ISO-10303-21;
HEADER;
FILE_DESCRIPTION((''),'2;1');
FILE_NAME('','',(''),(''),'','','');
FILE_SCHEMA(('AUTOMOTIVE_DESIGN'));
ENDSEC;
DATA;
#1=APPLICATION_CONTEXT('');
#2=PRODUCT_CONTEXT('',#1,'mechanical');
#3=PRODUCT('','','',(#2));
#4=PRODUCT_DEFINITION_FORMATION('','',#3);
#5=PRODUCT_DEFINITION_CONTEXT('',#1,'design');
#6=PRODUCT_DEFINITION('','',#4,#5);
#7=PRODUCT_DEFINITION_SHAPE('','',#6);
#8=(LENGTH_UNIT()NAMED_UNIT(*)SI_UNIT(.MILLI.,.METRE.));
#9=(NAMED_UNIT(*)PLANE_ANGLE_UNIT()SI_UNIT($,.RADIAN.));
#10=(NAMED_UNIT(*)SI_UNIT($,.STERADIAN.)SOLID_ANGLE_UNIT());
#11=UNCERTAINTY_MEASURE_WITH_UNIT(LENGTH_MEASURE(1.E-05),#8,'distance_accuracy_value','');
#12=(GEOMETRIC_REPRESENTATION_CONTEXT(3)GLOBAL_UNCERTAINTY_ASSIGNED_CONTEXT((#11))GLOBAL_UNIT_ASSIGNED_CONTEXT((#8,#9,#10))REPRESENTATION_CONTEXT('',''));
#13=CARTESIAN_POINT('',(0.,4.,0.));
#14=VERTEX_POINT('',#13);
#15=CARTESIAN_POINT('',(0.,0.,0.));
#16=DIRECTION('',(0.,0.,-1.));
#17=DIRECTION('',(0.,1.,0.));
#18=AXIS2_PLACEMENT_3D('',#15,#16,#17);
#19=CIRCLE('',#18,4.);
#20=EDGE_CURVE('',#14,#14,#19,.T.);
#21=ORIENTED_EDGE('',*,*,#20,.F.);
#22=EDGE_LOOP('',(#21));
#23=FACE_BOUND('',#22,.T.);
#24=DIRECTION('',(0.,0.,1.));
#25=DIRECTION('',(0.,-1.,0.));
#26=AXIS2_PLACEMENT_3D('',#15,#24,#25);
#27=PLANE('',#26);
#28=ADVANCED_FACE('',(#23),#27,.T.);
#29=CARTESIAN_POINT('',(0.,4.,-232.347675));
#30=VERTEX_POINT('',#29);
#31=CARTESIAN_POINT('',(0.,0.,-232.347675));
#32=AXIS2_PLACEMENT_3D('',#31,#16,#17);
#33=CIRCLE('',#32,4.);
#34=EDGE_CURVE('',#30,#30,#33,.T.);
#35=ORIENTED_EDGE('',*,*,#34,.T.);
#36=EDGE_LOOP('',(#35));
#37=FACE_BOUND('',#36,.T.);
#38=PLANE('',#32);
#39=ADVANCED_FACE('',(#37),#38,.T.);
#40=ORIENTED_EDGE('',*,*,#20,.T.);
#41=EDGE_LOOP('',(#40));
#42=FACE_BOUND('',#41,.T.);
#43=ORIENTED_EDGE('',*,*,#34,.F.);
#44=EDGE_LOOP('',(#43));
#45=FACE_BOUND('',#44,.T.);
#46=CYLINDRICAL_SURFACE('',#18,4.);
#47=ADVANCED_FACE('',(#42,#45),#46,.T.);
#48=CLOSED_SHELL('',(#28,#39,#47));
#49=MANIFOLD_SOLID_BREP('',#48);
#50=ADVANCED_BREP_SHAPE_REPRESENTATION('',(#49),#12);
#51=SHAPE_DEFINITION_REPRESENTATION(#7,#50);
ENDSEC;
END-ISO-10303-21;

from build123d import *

# Parameters (mm, degrees)
SKETCH2_W = 232.347675392
SKETCH2_H = 4


with BuildPart() as part:
    # Sketch2 → Revolve1 (revolve)
    with BuildSketch(Plane(origin=(0, 0, 0), x_dir=(0, 0, -1), z_dir=(1, 0, 0))):
        with Locations((116.173837696, 2)):
            Rectangle(SKETCH2_W, SKETCH2_H)
    revolve(axis=Axis((0, 0, 0), (0, 0, 1)))


solid = part.part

■ ■ ■ ■ ■ ■ ■

The answer should contain nothing except the lines from the one with "#40=ORIENTED_EDGE('',*,*,#20,.T.);" to the end of the material above, each given again exactly.

# Output for this task
#40=ORIENTED_EDGE('',*,*,#20,.T.);
#41=EDGE_LOOP('',(#40));
#42=FACE_BOUND('',#41,.T.);
#43=ORIENTED_EDGE('',*,*,#34,.F.);
#44=EDGE_LOOP('',(#43));
#45=FACE_BOUND('',#44,.T.);
#46=CYLINDRICAL_SURFACE('',#18,4.);
#47=ADVANCED_FACE('',(#42,#45),#46,.T.);
#48=CLOSED_SHELL('',(#28,#39,#47));
#49=MANIFOLD_SOLID_BREP('',#48);
#50=ADVANCED_BREP_SHAPE_REPRESENTATION('',(#49),#12);
#51=SHAPE_DEFINITION_REPRESENTATION(#7,#50);
ENDSEC;
END-ISO-10303-21;

from build123d import *

# Parameters (mm, degrees)
SKETCH2_W = 232.347675392
SKETCH2_H = 4


with BuildPart() as part:
    # Sketch2 → Revolve1 (revolve)
    with BuildSketch(Plane(origin=(0, 0, 0), x_dir=(0, 0, -1), z_dir=(1, 0, 0))):
        with Locations((116.173837696, 2)):
            Rectangle(SKETCH2_W, SKETCH2_H)
    revolve(axis=Axis((0, 0, 0), (0, 0, 1)))


solid = part.part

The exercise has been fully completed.